2. The phase selection control method of the fast switch according to claim 1, characterized in that: acquiring the real-time phase angle theta of the power grid voltage in real time by adopting a software phase-locked loop method_g(ii) a Firstly, Clark and Park conversion is carried out on a power grid voltage sampling value to obtain q-axis voltage u_qQ-axis voltage u_qThe real-time phase angle theta of the grid voltage is obtained by outputting the angular frequency through the PI regulator and integrating the angular frequency_g。

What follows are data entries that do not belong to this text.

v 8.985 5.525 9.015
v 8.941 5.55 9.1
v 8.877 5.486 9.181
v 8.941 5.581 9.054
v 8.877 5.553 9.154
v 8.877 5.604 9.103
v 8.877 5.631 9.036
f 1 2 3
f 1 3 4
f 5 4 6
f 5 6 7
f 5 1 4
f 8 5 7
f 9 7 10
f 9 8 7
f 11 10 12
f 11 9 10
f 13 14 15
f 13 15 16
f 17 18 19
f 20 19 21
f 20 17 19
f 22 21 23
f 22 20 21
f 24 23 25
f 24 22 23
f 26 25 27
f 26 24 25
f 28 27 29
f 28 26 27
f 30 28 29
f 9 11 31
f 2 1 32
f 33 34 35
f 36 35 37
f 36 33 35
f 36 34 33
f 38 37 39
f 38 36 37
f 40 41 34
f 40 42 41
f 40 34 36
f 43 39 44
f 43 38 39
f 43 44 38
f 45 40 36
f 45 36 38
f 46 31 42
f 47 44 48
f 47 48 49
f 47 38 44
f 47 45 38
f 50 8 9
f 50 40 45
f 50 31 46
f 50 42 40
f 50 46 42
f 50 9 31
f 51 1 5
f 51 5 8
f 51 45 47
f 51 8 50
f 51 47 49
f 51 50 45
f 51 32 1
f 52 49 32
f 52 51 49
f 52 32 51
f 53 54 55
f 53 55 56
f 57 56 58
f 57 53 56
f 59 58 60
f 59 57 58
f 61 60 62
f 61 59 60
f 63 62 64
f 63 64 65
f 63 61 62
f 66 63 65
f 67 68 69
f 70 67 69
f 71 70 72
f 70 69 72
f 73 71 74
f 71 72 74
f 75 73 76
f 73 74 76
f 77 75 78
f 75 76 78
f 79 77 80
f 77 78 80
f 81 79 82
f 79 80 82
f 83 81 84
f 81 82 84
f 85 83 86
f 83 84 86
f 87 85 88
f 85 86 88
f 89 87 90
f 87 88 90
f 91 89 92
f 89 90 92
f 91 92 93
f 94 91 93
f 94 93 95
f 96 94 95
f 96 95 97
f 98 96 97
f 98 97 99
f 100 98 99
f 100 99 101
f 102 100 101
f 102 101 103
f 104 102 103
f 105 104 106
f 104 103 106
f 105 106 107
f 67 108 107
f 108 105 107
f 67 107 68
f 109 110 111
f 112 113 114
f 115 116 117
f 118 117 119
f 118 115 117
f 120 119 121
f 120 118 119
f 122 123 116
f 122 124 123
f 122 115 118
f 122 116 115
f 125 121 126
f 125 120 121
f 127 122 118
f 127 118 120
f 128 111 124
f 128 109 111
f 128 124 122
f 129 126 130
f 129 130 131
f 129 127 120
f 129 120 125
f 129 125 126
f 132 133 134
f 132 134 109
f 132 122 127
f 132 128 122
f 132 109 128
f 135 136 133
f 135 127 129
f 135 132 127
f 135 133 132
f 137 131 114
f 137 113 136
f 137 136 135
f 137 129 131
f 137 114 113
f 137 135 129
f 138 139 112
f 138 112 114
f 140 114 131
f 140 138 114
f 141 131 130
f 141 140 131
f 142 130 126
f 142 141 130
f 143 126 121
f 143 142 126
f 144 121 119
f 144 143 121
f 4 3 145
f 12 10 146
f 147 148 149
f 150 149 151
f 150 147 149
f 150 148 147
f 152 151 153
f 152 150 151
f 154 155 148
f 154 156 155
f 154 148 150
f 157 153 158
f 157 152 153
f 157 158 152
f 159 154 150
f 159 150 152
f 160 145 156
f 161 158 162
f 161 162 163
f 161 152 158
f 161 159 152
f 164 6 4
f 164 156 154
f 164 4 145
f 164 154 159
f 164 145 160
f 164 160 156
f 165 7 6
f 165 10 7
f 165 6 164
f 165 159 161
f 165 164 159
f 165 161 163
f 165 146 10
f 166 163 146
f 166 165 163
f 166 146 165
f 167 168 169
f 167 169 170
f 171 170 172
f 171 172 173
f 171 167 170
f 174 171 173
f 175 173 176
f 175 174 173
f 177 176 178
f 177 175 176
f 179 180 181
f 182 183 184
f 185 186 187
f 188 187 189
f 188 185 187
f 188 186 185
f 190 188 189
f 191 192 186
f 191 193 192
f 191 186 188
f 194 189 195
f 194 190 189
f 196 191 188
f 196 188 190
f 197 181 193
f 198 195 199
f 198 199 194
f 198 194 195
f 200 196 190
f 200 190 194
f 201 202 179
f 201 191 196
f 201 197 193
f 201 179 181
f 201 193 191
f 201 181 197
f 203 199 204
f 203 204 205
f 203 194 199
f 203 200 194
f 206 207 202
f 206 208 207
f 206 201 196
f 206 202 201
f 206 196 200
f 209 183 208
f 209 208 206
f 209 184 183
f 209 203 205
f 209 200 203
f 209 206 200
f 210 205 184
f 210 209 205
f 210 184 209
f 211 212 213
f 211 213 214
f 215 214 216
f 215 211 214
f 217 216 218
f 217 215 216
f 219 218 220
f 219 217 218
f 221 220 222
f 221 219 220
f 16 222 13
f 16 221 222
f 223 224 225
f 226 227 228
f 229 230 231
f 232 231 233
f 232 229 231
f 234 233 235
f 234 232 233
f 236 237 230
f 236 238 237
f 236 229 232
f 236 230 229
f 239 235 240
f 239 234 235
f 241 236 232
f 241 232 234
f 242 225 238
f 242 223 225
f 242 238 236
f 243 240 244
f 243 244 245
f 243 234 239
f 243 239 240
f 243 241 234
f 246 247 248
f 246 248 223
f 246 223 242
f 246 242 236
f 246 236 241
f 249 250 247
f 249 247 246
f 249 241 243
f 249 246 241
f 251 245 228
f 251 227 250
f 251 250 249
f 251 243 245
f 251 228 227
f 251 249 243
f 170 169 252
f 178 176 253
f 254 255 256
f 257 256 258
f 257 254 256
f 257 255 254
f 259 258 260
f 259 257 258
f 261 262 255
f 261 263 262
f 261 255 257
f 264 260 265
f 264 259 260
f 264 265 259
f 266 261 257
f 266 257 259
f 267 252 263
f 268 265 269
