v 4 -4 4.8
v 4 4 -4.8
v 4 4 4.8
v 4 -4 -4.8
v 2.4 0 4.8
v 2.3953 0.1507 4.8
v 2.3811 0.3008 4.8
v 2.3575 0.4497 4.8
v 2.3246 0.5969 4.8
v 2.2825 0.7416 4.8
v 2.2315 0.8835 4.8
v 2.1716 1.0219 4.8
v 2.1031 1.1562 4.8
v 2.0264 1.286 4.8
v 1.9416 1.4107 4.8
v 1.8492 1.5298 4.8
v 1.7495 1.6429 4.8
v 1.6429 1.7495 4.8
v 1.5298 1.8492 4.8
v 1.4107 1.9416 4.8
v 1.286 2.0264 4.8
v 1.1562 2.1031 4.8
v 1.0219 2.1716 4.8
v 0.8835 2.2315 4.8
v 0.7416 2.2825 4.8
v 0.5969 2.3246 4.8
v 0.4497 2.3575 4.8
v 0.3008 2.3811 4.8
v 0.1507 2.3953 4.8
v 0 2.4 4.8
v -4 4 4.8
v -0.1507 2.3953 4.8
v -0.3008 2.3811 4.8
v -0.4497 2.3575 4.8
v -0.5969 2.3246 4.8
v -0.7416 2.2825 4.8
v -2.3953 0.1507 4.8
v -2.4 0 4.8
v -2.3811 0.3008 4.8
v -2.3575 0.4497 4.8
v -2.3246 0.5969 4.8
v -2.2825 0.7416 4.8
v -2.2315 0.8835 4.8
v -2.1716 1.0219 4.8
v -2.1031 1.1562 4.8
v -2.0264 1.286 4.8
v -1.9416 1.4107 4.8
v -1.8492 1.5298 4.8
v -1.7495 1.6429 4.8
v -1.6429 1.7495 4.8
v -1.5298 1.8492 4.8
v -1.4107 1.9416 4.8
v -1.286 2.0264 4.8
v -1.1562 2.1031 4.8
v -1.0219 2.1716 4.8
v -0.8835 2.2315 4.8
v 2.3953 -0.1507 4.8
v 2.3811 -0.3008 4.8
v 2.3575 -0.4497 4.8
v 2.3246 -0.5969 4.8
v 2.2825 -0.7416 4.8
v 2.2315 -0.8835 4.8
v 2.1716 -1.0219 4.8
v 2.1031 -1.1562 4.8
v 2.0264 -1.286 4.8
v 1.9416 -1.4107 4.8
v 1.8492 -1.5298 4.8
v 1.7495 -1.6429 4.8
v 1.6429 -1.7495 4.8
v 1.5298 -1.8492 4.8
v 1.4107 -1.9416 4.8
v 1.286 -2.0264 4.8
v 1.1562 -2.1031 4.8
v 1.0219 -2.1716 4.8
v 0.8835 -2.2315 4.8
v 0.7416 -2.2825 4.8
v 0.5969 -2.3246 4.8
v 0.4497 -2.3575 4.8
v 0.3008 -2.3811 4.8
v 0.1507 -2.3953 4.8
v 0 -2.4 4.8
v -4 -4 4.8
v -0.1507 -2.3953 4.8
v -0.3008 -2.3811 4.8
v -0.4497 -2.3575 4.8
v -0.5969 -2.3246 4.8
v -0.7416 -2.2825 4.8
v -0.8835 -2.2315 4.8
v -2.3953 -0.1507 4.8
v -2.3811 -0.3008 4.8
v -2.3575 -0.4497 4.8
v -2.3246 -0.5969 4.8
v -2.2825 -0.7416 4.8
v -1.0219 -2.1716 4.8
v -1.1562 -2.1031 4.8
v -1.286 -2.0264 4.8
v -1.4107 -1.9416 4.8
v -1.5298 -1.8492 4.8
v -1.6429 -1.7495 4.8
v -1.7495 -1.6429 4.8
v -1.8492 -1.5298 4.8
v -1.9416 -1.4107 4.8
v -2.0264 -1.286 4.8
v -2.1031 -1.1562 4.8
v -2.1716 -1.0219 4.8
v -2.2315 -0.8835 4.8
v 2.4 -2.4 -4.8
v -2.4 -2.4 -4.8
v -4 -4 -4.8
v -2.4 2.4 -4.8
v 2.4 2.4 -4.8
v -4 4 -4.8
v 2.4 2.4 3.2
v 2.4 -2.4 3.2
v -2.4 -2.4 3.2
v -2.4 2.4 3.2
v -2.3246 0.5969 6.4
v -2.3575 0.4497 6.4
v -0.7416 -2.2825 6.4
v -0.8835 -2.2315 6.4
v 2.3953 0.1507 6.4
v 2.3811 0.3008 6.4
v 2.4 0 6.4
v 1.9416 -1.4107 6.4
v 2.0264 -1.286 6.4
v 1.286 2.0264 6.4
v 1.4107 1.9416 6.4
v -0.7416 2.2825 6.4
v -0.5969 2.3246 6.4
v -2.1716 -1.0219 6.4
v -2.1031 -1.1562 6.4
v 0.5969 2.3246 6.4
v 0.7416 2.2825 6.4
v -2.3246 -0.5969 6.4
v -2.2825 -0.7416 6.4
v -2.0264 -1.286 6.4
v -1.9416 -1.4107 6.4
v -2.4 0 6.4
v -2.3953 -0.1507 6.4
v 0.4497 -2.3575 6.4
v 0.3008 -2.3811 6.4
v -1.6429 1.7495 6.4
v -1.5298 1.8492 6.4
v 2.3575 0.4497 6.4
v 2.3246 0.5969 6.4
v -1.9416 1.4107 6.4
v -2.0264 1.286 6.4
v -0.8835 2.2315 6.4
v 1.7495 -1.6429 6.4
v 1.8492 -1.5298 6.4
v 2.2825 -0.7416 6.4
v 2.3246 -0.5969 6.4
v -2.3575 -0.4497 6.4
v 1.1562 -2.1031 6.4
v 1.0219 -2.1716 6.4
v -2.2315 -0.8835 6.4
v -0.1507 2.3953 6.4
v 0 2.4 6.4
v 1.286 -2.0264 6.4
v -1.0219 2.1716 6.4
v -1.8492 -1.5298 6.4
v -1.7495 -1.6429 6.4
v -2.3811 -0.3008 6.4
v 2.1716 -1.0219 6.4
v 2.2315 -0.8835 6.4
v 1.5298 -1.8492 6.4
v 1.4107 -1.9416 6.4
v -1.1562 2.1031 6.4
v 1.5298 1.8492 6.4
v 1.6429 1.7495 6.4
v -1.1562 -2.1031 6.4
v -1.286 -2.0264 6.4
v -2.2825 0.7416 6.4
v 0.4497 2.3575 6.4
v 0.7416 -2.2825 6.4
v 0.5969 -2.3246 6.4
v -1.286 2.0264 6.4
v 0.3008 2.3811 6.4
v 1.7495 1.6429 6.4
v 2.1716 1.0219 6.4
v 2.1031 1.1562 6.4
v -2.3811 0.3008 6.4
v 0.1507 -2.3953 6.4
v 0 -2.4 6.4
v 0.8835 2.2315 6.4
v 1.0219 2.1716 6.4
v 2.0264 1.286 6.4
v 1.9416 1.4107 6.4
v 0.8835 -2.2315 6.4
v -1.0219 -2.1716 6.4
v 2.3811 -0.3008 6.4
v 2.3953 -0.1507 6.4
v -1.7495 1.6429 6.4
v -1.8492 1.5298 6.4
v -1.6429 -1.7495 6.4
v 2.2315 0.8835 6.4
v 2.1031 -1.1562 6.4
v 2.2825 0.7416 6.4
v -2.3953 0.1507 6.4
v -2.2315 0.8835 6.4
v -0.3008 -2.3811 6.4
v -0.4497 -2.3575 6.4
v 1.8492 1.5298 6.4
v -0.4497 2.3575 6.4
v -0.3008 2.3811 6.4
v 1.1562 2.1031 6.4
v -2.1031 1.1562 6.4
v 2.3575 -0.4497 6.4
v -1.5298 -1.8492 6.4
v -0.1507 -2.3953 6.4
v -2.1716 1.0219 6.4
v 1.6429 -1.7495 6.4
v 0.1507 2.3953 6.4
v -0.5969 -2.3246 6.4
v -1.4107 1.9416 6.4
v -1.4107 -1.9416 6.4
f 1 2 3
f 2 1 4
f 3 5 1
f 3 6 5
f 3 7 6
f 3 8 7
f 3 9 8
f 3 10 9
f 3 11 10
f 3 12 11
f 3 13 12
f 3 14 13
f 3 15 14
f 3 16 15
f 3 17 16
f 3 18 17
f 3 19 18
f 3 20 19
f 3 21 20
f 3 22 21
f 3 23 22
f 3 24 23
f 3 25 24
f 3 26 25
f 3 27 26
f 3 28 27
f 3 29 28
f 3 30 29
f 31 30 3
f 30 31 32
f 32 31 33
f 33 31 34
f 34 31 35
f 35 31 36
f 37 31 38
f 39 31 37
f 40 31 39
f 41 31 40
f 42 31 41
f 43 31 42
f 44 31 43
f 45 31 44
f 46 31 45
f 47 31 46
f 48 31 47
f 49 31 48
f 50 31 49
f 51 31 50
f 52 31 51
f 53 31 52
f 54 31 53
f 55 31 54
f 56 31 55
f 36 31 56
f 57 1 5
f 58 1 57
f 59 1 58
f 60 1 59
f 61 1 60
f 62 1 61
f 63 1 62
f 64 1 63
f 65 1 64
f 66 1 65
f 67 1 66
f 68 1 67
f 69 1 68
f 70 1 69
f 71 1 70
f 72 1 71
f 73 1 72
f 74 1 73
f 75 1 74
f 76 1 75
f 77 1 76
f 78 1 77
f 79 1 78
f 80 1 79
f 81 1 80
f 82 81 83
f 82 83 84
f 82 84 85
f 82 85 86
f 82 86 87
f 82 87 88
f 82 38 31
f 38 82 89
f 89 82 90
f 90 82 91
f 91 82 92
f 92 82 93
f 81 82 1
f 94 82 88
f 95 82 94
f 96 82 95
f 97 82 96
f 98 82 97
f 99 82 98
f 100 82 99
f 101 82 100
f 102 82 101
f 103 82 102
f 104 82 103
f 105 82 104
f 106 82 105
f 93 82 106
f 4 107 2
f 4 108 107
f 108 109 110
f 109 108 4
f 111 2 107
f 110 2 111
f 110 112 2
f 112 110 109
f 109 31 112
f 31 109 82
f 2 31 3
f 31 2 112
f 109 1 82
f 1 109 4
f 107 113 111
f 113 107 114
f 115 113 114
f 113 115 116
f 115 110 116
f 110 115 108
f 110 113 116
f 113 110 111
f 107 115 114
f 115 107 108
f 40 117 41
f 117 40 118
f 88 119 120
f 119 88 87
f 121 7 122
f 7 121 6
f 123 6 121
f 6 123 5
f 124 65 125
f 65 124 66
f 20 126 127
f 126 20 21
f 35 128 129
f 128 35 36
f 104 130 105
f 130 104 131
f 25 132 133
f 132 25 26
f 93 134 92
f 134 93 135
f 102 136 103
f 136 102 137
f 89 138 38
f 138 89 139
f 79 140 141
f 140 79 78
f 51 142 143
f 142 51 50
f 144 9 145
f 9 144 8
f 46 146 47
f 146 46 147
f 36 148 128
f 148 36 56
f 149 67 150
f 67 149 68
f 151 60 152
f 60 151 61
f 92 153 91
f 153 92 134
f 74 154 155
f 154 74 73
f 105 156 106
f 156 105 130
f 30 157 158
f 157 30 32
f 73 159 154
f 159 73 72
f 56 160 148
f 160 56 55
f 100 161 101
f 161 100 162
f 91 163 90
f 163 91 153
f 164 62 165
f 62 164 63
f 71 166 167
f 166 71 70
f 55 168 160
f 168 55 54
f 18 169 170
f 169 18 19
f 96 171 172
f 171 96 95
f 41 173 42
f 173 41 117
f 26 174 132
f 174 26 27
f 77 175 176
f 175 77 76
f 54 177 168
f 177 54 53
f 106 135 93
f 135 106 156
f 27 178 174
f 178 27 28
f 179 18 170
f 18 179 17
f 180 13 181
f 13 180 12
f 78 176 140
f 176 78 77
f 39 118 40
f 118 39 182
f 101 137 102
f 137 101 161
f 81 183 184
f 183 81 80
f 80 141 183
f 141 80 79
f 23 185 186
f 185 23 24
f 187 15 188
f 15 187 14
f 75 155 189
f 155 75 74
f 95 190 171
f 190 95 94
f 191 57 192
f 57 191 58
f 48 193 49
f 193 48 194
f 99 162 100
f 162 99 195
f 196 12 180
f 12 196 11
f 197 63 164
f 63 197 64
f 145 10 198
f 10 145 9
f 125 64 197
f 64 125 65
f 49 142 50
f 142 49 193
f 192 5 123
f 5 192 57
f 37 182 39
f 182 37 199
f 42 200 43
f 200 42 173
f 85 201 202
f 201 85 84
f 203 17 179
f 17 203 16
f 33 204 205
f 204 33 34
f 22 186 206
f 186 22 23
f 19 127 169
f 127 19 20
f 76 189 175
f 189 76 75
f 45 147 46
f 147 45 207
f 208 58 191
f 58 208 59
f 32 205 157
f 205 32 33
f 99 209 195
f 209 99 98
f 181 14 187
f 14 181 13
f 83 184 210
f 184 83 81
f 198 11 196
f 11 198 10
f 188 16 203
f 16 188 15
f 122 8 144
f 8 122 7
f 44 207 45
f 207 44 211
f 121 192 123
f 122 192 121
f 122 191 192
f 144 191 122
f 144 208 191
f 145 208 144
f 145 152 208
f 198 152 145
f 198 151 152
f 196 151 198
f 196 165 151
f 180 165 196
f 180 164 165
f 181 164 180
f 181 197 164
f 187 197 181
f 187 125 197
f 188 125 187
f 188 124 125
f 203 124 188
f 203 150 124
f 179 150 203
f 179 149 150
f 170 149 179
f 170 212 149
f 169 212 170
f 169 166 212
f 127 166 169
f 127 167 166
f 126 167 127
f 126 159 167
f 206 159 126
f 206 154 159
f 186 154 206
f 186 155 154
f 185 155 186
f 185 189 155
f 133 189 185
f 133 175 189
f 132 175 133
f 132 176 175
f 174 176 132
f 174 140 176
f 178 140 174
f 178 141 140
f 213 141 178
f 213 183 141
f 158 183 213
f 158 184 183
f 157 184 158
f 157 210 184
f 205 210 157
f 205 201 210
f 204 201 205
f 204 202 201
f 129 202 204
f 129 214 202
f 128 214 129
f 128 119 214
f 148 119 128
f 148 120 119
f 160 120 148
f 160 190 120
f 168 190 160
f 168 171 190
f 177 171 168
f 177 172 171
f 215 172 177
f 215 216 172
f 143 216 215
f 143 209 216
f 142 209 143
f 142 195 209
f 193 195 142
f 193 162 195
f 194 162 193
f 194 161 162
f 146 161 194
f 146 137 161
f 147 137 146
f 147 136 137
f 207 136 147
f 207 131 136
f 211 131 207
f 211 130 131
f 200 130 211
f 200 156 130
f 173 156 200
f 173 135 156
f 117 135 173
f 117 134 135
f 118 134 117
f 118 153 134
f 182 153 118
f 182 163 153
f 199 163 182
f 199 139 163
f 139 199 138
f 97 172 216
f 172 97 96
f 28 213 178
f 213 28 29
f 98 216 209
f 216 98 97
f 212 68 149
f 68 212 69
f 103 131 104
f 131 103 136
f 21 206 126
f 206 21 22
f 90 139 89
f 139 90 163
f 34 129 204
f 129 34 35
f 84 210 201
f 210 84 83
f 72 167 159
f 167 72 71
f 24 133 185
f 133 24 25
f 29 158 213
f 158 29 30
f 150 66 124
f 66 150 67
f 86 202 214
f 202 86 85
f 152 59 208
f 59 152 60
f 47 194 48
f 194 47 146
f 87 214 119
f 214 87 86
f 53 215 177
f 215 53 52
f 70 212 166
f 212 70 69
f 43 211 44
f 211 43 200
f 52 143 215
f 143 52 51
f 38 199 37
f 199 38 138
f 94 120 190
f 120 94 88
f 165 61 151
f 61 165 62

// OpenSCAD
// Play well, my friends

brick();

module brick ()
// Very first attempt at a 1x1 lego brick
{
  // Dimensions found at http://bricks.stackexchange.com/questions/288/what-are-the-dimensions-of-a-lego-brick

  width = 8.0;
  length = 8.0;
  height = 9.6;
  thickness = 1.6;
  stud_height = 1.6;
  stud_radius = 2.4;

  union() {
    // body
    difference() {
      cube ([length, width, height], center=true);
      translate ([0, 0, -thickness]) {
        # cube ([length - 2*thickness,
                 width - 2*thickness,
                 height], center=true);
      }
    }

    // stud
    translate ([0, 0, height/2]) {
      cylinder (h=stud_height,
                r=stud_radius,
                $fn=100);
    }
  }
}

3. The phase selection control method of the fast switch according to claim 1, characterized in that: the split-phase fixed peak-valley angle theta_refThe sine wave characteristic analysis shows that the three-phase voltage waveform has 6 peak-valley value points in one period, and is a fixed value sequence, and the values of the three-phase voltage waveform in the directional rotation of the A-phase voltage are respectivelyAnd

4. the phase selection control method of the fast switch according to claim 1, characterized in that: the split-phase driving signal is output according to a judgment condition, and the specific judgment method comprises the following steps:

3) When the real-time phase angle of the network voltageOrWhen, the C-phase driving signal Drive is rapidly switched on and off_C＝1。

5. The phase selection control method of the fast switch according to claim 1, characterized in that: the fast switch is formed by controllable power electronic devices, typical action time is us-level and can be ignored, and action delay compensation is not required to be considered.